Third-party service providers to financial institutions have often taken the position that they are not “financial institutions” for purposes of federal law and thus are typically not subject to regulation in the same manner as traditional financial institutions. Indeed, Congress and the regulating agencies have taken a functional approach to defining financial institutions: narrowly in the context of examination and supervision, and more broadly when effecting, for example, consumer protection. Under Title XII of the United States Code in connection with the Federal Financial Institutions Examination Council, Congress defined a financial institution as a “commercial bank, a savings bank, a trust company, a savings association, a building and loan association, a homestead association, a cooperative bank, or a credit union[.]”1 Likewise, under the Federal Reserve’s Regulation S, financial institution is defined as “any office of a bank, savings bank, card issuer as defined in section 103 of the Consumers Credit Protection Act (15 U.S.C. 1602(n)), industrial loan company, trust company, savings association, building and loan, or homestead association (including cooperative banks), credit union, or consumer finance institution . . . .”2
In a potential divergence from Congress’s traditional approach to regulating financial institutions, Title VIII of the Dodd-Frank Wall Street Reform and Consumer Protection Act of 2010 (“Dodd-Frank”) defines “financial institution” broadly in the context of supervising payment and settlement activities of financial institutions. A liberal interpretation of “financial institution” by regulating agencies could ensnare service providers of banks and traditional financial institutions, thus subjecting entities not previously regulated as financial institutions to some of the same regulations applicable to banks and other traditional financial institutions under Dodd-Frank.
Title VIII of Dodd-Frank enacts the Payment, Clearing, and Settlement Supervision Act of 2010 (the “Act”) and provides for supervision of both “financial market utilities” and the payment, clearing, and settlement activities conducted by “financial institutions” to facilitate “financial transactions.” “Financial institution” includes not only banks and credit unions but also “any company engaged in activities that are financial in nature or incidental to a financial activity.” Similarly, the Act defines a “financial transaction” to include, among other things, funds transfers and “any similar transaction that the Council determines to be a financial transaction.” Therefore, depending on the interpretation of these defined terms, service providers could be reached by the broad scope of regulation under the Act.

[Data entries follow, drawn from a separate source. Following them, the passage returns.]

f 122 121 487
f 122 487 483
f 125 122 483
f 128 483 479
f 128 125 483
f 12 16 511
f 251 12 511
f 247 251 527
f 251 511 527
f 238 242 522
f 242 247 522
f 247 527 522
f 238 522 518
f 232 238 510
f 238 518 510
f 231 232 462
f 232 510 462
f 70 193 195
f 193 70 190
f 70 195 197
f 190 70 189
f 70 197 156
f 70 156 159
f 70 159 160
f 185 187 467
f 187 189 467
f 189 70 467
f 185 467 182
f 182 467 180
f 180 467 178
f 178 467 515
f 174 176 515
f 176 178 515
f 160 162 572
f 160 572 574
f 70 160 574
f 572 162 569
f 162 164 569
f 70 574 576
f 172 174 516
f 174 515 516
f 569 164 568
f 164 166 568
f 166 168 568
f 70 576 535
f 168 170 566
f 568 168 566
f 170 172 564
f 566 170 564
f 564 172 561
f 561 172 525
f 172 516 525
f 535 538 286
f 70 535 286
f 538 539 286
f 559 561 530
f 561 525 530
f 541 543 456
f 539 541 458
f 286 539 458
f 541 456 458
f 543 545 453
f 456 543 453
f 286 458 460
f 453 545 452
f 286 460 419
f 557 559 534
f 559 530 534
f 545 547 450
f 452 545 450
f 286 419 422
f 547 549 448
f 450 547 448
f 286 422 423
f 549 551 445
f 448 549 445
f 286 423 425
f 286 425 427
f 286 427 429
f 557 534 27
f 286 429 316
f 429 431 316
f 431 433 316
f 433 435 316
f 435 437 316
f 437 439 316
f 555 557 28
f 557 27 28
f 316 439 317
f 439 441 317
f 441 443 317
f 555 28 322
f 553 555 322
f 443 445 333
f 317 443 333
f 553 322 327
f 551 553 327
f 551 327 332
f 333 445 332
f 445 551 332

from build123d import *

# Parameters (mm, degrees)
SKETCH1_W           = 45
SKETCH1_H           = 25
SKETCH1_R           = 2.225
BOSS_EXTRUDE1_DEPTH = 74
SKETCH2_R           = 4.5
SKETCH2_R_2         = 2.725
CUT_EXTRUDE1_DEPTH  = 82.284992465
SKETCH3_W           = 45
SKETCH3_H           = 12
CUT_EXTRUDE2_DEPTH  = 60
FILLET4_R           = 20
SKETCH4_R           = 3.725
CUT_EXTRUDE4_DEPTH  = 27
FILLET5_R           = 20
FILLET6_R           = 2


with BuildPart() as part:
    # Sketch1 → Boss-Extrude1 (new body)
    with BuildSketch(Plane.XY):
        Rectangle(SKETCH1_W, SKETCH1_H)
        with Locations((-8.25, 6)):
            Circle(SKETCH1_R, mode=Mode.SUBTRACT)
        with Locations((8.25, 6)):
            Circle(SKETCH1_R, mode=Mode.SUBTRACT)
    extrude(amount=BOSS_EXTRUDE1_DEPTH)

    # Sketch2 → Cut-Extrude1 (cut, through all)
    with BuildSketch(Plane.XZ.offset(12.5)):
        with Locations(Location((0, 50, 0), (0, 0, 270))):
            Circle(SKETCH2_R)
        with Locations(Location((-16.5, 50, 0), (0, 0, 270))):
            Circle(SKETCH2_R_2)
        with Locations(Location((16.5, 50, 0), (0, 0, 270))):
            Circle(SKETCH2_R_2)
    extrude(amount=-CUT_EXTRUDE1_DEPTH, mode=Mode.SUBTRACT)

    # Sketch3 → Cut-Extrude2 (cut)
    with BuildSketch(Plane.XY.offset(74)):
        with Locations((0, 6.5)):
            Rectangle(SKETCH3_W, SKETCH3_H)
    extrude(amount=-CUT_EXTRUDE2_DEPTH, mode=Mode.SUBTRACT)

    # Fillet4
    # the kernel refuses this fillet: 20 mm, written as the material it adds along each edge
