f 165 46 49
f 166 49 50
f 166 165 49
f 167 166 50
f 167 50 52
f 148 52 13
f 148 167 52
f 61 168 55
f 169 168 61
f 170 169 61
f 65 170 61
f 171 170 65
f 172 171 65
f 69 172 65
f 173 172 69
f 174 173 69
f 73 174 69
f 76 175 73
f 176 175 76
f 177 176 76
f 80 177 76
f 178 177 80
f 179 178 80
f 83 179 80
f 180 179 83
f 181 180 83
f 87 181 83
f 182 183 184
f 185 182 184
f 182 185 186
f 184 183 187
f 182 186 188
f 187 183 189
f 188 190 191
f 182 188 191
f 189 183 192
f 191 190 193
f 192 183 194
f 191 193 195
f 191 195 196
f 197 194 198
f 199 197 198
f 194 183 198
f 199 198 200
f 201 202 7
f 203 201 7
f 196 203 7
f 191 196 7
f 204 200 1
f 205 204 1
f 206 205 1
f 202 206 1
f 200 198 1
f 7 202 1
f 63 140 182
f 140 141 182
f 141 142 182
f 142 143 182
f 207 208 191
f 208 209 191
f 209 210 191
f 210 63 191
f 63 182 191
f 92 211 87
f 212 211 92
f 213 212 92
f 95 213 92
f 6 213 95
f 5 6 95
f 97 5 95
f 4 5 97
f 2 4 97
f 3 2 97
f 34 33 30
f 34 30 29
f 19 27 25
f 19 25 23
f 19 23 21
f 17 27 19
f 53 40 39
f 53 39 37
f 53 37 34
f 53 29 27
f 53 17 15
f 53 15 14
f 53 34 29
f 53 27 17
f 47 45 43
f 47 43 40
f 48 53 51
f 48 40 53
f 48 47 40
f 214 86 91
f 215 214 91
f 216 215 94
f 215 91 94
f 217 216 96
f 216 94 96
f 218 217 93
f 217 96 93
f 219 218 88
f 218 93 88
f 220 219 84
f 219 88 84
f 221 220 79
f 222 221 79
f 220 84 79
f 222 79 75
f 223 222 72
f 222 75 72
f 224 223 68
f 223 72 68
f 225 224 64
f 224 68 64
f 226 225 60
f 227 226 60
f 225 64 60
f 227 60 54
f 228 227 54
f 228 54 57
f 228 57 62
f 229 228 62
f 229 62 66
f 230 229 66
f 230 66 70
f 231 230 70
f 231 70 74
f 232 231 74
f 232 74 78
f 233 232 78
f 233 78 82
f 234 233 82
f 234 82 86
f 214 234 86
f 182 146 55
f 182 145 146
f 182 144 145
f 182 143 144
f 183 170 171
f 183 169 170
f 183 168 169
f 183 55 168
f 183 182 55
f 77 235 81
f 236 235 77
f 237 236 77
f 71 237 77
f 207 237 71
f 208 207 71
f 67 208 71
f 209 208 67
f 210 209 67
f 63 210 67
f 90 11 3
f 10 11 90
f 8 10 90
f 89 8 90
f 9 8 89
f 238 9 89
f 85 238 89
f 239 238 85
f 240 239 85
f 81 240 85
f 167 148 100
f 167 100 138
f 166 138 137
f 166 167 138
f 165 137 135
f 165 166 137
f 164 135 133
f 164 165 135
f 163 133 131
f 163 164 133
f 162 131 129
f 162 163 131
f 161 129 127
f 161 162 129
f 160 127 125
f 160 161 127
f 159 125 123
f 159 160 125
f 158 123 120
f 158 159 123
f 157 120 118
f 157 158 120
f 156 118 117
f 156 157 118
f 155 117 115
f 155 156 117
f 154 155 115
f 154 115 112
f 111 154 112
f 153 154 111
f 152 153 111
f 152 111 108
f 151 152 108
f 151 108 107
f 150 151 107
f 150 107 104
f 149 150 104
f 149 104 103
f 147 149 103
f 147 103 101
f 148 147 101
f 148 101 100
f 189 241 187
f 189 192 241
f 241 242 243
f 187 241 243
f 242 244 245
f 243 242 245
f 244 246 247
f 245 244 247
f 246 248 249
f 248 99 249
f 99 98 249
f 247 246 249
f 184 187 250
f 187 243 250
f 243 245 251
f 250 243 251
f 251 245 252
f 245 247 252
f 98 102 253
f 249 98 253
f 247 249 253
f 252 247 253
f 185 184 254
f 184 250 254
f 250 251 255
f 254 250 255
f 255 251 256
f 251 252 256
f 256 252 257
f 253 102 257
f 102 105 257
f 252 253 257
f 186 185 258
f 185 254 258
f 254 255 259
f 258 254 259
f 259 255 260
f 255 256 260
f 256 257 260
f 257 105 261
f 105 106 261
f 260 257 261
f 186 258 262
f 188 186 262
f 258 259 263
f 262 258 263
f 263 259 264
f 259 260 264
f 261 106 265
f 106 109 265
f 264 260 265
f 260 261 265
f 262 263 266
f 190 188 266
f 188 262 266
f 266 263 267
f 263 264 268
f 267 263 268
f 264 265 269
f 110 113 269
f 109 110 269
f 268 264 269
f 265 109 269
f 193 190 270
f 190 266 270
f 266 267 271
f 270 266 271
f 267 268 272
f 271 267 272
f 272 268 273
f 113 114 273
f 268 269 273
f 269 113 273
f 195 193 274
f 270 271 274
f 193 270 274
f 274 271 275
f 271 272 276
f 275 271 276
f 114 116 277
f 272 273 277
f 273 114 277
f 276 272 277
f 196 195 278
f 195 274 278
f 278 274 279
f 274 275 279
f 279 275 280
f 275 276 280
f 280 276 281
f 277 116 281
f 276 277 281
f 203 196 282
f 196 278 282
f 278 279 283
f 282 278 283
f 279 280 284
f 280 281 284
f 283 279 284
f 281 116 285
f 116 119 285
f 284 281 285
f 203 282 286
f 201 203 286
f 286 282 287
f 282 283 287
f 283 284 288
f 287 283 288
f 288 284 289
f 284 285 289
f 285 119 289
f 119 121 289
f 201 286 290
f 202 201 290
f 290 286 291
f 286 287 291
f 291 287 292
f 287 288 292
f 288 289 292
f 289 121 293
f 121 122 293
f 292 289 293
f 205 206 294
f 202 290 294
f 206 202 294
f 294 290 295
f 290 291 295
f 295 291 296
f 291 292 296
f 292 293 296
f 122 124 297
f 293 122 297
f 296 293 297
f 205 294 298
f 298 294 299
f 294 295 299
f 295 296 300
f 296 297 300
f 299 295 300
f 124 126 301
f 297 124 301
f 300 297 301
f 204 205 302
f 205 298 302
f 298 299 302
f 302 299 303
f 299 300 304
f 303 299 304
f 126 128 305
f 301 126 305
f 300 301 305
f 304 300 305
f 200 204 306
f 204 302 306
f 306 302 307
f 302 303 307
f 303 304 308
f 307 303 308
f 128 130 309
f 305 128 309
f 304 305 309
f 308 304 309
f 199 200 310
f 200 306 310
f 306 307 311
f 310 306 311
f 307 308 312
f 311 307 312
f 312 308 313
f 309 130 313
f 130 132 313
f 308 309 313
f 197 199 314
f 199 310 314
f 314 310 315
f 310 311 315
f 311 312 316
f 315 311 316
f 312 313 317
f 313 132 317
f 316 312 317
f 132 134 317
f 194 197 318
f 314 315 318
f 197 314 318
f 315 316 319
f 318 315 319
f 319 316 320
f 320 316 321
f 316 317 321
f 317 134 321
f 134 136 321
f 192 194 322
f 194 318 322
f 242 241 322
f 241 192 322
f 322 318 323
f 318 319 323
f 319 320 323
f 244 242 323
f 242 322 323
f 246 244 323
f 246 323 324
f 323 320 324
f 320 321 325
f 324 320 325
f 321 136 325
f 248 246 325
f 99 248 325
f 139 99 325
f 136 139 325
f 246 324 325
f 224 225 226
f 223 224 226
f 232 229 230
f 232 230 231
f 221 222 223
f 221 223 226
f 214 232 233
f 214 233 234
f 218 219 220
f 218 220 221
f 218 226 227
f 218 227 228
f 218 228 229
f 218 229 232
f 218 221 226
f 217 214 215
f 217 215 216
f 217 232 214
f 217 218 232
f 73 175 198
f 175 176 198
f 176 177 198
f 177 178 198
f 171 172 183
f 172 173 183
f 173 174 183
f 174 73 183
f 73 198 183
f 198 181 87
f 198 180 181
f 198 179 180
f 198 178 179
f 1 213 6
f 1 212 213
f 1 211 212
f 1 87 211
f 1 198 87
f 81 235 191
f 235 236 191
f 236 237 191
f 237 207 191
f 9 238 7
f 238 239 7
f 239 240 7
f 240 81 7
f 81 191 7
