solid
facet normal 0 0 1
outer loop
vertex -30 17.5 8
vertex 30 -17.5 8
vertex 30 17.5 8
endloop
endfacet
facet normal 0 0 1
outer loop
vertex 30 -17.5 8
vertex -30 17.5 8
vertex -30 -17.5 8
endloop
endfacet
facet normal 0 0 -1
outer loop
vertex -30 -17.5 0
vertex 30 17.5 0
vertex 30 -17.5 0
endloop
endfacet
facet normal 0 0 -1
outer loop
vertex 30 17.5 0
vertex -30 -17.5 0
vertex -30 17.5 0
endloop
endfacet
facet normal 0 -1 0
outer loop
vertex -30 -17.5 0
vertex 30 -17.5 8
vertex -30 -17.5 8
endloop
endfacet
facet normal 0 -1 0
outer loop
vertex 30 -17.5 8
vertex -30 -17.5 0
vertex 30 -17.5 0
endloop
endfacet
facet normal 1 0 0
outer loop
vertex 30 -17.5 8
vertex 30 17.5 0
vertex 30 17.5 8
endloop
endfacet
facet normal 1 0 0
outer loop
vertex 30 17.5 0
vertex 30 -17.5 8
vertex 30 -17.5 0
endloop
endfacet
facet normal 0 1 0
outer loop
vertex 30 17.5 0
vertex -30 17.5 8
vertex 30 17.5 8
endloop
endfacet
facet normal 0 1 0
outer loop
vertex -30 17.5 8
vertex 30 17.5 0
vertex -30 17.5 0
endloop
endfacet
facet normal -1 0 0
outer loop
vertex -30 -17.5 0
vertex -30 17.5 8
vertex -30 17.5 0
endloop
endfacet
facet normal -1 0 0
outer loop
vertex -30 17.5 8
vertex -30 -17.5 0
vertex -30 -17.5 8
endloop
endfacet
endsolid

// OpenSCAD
// Generated with SolidPython2 for OpenSCAD task-001
$fn = 64;

translate(v = [-30.0, -17.5, 0]) {
	cube(size = [60, 35, 8]);
}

The stated purpose of the Act is to monitor and stabilize systemic risk with regard to payment activities conducted by financial institutions and financial market utilities, but Congressional intent regarding broadening the scope of regulated financial institutions is obscure; neither the floor debates nor the Congressional reports directly address the issue. In fact, the Committee Report does not include any commentary regarding Section 803 (Definitions).3
Ultimately, the Act could be far-reaching. First, as it applies to service providers, the Act (1) mandates the Oversight Council (the “Council”) to determine whether a financial market utility or a Payment Activity constitutes a systemic risk to the financial system and (2) authorizes the Council to request documentation from any entity that it reasonably believes may be engaged in or may itself present a systemic risk. The systemic risk designation process will assess whether failure of the aforementioned entity or activity would cause substantial harm to the financial system (considering the volume of transactions, financial market exposure to the activity, and the potential effects of failure of the activity).
Second, the Act authorizes the Board of Governors of the Federal Reserve, any supervising agencies, and financial regulators to conduct annual examinations of any entity that has been deemed to be engaged in a systemic risk. This examination and audit process applies to financial institutions and those who provide services to those institutions where the services would be considered a systemic risk if performed on the financial institution’s premises.
Even if a service provider is acting only in a peripheral capacity to the payment or clearing transactions of a bank or traditional financial institution, a broad interpretation of financial institution or financial transaction by a regulating entity could subject the service provider to supervision under the “incidental to a financial activity” inclusion. The performance of settlement services or the transfer of account holder funds could also increase the likelihood that the provider is deemed a financial institution subject to regulation under the Act. Where the provider is not subject to direct examination as a financial institution, it may alternatively be subject to examination as a service provider of payment activities for financial institutions. While a service provider designation may entail somewhat less reporting and compliance responsibilities, the provider may still be required to demonstrate its compliance with the Act (and the subsequent regulations) to federal regulators.
As with many other aspects of Dodd-Frank, the rest of the story remains to be written based upon the regulations that are to be promulgated under the Act. The Council, the Board of Governors, and each Supervising Agency are authorized to create regulations implementing the Act. Therefore, the scope of the Act and the related regulations will be unclear until these supervising agencies release their proposed regulations (the Act provides no deadlines for publishing such regulations). For now, bank service providers should be cognizant of the possibility of regulation under the Act and plan accordingly.